How do I stop these sort of “pings”? Is it a ping or probe?
fqdn_subdomain*CLI>
fqdn_subdomain*CLI> sip set debug on
SIP Debugging enabled
<--- SIP read from UDP:67.212.84.21:5010 --->
OPTIONS sip:s@xxx.xxx.xxx.xxx:5060 SIP/2.0
Via: SIP/2.0/UDP 67.212.84.21:5010;branch=0
From: sip:ping@noname.com;tag=uloc-5875e606-bf5-0e907-52564b36-097516a3
To: sip:s@xxx.xxx.xxx.xxx:5060
Call-ID: cb004ab7-90480501-ff4ce23@67.212.84.21
CSeq: 1 OPTIONS
Content-Length: 0
<------------->
--- (7 headers 0 lines) ---
Sending to 67.212.84.21:5010 (NAT)
Looking for s in default (domain xxx.xxx.xxx.xxx)

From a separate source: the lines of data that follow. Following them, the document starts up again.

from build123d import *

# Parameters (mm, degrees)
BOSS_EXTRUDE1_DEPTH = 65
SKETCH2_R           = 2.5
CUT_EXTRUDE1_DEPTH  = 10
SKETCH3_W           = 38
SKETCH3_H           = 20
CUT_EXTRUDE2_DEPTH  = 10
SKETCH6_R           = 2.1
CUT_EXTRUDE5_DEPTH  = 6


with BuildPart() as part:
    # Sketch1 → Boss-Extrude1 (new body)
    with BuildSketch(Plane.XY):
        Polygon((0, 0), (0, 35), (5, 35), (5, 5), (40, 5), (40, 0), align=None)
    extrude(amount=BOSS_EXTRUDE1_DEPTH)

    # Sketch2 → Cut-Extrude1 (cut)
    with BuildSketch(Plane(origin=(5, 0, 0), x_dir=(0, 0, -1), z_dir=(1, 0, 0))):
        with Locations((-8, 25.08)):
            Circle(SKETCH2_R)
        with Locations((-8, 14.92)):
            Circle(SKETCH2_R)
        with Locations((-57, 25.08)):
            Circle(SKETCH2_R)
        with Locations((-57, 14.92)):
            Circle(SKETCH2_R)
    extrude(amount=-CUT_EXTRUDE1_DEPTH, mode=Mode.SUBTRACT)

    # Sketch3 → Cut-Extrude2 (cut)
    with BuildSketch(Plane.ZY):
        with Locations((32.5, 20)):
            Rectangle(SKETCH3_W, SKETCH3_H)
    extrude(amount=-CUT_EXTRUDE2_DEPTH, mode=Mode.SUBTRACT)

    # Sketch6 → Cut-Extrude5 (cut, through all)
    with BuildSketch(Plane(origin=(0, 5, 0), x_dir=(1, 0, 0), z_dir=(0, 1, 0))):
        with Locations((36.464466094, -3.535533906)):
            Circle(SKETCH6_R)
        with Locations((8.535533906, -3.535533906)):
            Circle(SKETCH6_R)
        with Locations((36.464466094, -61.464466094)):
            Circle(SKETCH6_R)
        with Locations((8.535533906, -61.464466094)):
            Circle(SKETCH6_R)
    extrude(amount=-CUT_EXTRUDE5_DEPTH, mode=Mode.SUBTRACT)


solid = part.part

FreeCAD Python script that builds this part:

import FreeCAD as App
import Part
import Sketcher

doc = App.newDocument("Part")
body = doc.addObject("PartDesign::Body", "Body")

sketch1 = doc.addObject("Sketcher::SketchObject", "Sketch")
body.addObject(sketch1)
sketch1.AttachmentSupport = (doc.XY_Plane, [""])
sketch1.MapMode = "FlatFace"
sketch1.addGeometry(Part.LineSegment(App.Vector(0, 35, 0), App.Vector(0, 0, 0)), False)
sketch1.addGeometry(Part.LineSegment(App.Vector(0, 0, 0), App.Vector(40, 0, 0)), False)
sketch1.addGeometry(Part.LineSegment(App.Vector(40, 0, 0), App.Vector(40, 5, 0)), False)
sketch1.addGeometry(Part.LineSegment(App.Vector(40, 5, 0), App.Vector(5, 5, 0)), False)
sketch1.addGeometry(Part.LineSegment(App.Vector(5, 5, 0), App.Vector(5, 35, 0)), False)
sketch1.addGeometry(Part.LineSegment(App.Vector(5, 35, 0), App.Vector(0, 35, 0)), False)
sketch1.addConstraint(Sketcher.Constraint("Coincident", 0, 2, 1, 1))
sketch1.addConstraint(Sketcher.Constraint("Coincident", 1, 2, 2, 1))
sketch1.addConstraint(Sketcher.Constraint("Coincident", 2, 2, 3, 1))
sketch1.addConstraint(Sketcher.Constraint("Coincident", 3, 2, 4, 1))
sketch1.addConstraint(Sketcher.Constraint("Coincident", 4, 2, 5, 1))
sketch1.addConstraint(Sketcher.Constraint("Coincident", 5, 2, 0, 1))
sketch1.addConstraint(Sketcher.Constraint("Vertical", 0))
sketch1.addConstraint(Sketcher.Constraint("Horizontal", 1))
sketch1.addConstraint(Sketcher.Constraint("Vertical", 2))
sketch1.addConstraint(Sketcher.Constraint("Horizontal", 3))
sketch1.addConstraint(Sketcher.Constraint("Vertical", 4))
sketch1.addConstraint(Sketcher.Constraint("Horizontal", 5))
sketch1.addConstraint(Sketcher.Constraint("Coincident", 0, 2, -1, 1))
sketch1.addConstraint(Sketcher.Constraint("Equal", 3, 0))
sketch1.addConstraint(Sketcher.Constraint("Equal", 5, 2))
sketch1.addConstraint(Sketcher.Constraint("DistanceX", 1, 1, 1, 2, 40.0))
sketch1.addConstraint(Sketcher.Constraint("DistanceX", 3, 2, 3, 1, 35.0))
pad1 = doc.addObject("PartDesign::Pad", "Pad")
body.addObject(pad1)
pad1.Profile = sketch1
pad1.Length = 65

sketch2 = doc.addObject("Sketcher::SketchObject", "Sketch001")
body.addObject(sketch2)
sketch2.AttachmentSupport = (doc.YZ_Plane, [""])
sketch2.MapMode = "FlatFace"
sketch2.AttachmentOffset = App.Placement(App.Vector(0, 0, 5), App.Rotation())
sketch2.addGeometry(Part.Circle(App.Vector(25.1, 8, 0), App.Vector(0, 0, 1), 2.5), False)
sketch2.addGeometry(Part.Circle(App.Vector(14.9, 8, 0), App.Vector(0, 0, 1), 2.5), False)
sketch2.addGeometry(Part.Circle(App.Vector(25.1, 57, 0), App.Vector(0, 0, 1), 2.5), False)
sketch2.addGeometry(Part.Circle(App.Vector(14.9, 57, 0), App.Vector(0, 0, 1), 2.5), False)
sketch2.addConstraint(Sketcher.Constraint("Equal", 0, 1))
sketch2.addConstraint(Sketcher.Constraint("Equal", 1, 2))
sketch2.addConstraint(Sketcher.Constraint("Equal", 2, 3))
sketch2.addConstraint(Sketcher.Constraint("Horizontal", 0, 3, 1, 3))
sketch2.addConstraint(Sketcher.Constraint("Horizontal", 2, 3, 3, 3))
sketch2.addConstraint(Sketcher.Constraint("Vertical", 0, 3, 2, 3))
sketch2.addConstraint(Sketcher.Constraint("Vertical", 1, 3, 3, 3))
sketch2.addConstraint(Sketcher.Constraint("Diameter", 0, 5.0))
sketch2.addConstraint(Sketcher.Constraint("DistanceY", -1, 1, 0, 3, 8.0))
sketch2.addConstraint(Sketcher.Constraint("DistanceY", -1, 1, 2, 3, 57.0))
sketch2.addConstraint(Sketcher.Constraint("DistanceX", -1, 1, 0, 3, 25.08))
sketch2.addConstraint(Sketcher.Constraint("DistanceX", -1, 1, 1, 3, 14.92))
pocket1 = doc.addObject("PartDesign::Pocket", "Pocket")
body.addObject(pocket1)
pocket1.Profile = sketch2
pocket1.Length = 10

sketch3 = doc.addObject("Sketcher::SketchObject", "Sketch002")
body.addObject(sketch3)
sketch3.AttachmentSupport = (doc.YZ_Plane, [""])
sketch3.MapMode = "FlatFace"
sketch3.addGeometry(Part.LineSegment(App.Vector(30, 14, 0), App.Vector(10, 14, 0)), False)
sketch3.addGeometry(Part.LineSegment(App.Vector(10, 14, 0), App.Vector(10, 52, 0)), False)
sketch3.addGeometry(Part.LineSegment(App.Vector(10, 52, 0), App.Vector(30, 52, 0)), False)
sketch3.addGeometry(Part.LineSegment(App.Vector(30, 52, 0), App.Vector(30, 14, 0)), False)
sketch3.addConstraint(Sketcher.Constraint("Coincident", 0, 2, 1, 1))
sketch3.addConstraint(Sketcher.Constraint("Coincident", 1, 2, 2, 1))
sketch3.addConstraint(Sketcher.Constraint("Coincident", 2, 2, 3, 1))
sketch3.addConstraint(Sketcher.Constraint("Coincident", 3, 2, 0, 1))
sketch3.addConstraint(Sketcher.Constraint("Horizontal", 0))
sketch3.addConstraint(Sketcher.Constraint("Vertical", 1))
sketch3.addConstraint(Sketcher.Constraint("Horizontal", 2))
sketch3.addConstraint(Sketcher.Constraint("Vertical", 3))
sketch3.addConstraint(Sketcher.Constraint("DistanceX", 0, 2, 0, 1, 20.0))
sketch3.addConstraint(Sketcher.Constraint("DistanceY", 1, 1, 1, 2, 38.0))
sketch3.addConstraint(Sketcher.Constraint("DistanceX", -1, 1, 0, 2, 10.0))
sketch3.addConstraint(Sketcher.Constraint("DistanceY", -1, 1, 0, 2, 13.5))
pocket2 = doc.addObject("PartDesign::Pocket", "Pocket001")
body.addObject(pocket2)
pocket2.Profile = sketch3
pocket2.Length = 10
pocket2.Reversed = True

sketch4 = doc.addObject("Sketcher::SketchObject", "Sketch003")
body.addObject(sketch4)
sketch4.AttachmentSupport = (doc.XZ_Plane, [""])
sketch4.MapMode = "FlatFace"
sketch4.AttachmentOffset = App.Placement(App.Vector(0, 0, -5), App.Rotation())
sketch4.addGeometry(Part.Circle(App.Vector(36.5, 3.5, 0), App.Vector(0, 0, 1), 2.1), False)
sketch4.addGeometry(Part.Circle(App.Vector(8.5, 3.5, 0), App.Vector(0, 0, 1), 2.1), False)
sketch4.addGeometry(Part.Circle(App.Vector(36.5, 61.5, 0), App.Vector(0, 0, 1), 2.1), False)
sketch4.addGeometry(Part.Circle(App.Vector(8.5, 61.5, 0), App.Vector(0, 0, 1), 2.1), False)
sketch4.addConstraint(Sketcher.Constraint("Equal", 0, 1))
sketch4.addConstraint(Sketcher.Constraint("Equal", 1, 2))
sketch4.addConstraint(Sketcher.Constraint("Equal", 2, 3))
sketch4.addConstraint(Sketcher.Constraint("Horizontal", 0, 3, 1, 3))
sketch4.addConstraint(Sketcher.Constraint("Horizontal", 2, 3, 3, 3))
sketch4.addConstraint(Sketcher.Constraint("Vertical", 0, 3, 2, 3))
sketch4.addConstraint(Sketcher.Constraint("Vertical", 1, 3, 3, 3))
sketch4.addConstraint(Sketcher.Constraint("Diameter", 0, 4.2))
sketch4.addConstraint(Sketcher.Constraint("DistanceX", -1, 1, 0, 3, 36.464466))
sketch4.addConstraint(Sketcher.Constraint("DistanceY", -1, 1, 0, 3, 3.535534))
sketch4.addConstraint(Sketcher.Constraint("DistanceX", -1, 1, 1, 3, 8.535534))
sketch4.addConstraint(Sketcher.Constraint("DistanceY", -1, 1, 2, 3, 61.464466))
pocket3 = doc.addObject("PartDesign::Pocket", "Pocket002")
body.addObject(pocket3)
pocket3.Profile = sketch4
pocket3.Type = "ThroughAll"
pocket3.Reversed = True

doc.recompute()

<--- Transmitting (NAT) to 67.212.84.21:5010 --->
SIP/2.0 200 OK
Via: SIP/2.0/UDP 67.212.84.21:5010;branch=0;received=67.212.84.21;rport=5010
From: sip:ping@noname.com;tag=uloc-5875e606-bf5-0e907-52564b36-097516a3
To: sip:s@xxx.xxx.xxx.xxx:5060;tag=as6ee49ab1
Call-ID: cb004ab7-90480501-ff4ce23@67.212.84.21
CSeq: 1 OPTIONS
Server: Asterisk PBX 13.1.0~dfsg-1.1ubuntu4
Allow: INVITE, ACK, CANCEL, OPTIONS, BYE, REFER, SUBSCRIBE, NOTIFY, INFO, PUBLISH, MESSAGE
Supported: replaces, timer
Contact: <sip:xxx.xxx.xxx.xxx:5060>
Accept: application/sdp
Content-Length: 0
<------------>
Scheduling destruction of SIP dialog 'cb004ab7-90480501-ff4ce23@67.212.84.21' in 32000 ms (Method: OPTIONS)
fqdn_subdomain*CLI>
fqdn_subdomain*CLI>
The fail2ban config I have so far:
root@fqdn_subdomain:/etc/asterisk#
root@fqdn_subdomain:/etc/asterisk# cat /etc/fail2ban/jail.d/asterisk.conf
[asterisk-iptables]
# if more than 4 attempts are made within 6 hours, ban for 24 hours
enabled = true
filter = asterisk
action = iptables-allports[name=ASTERISK, protocol=all]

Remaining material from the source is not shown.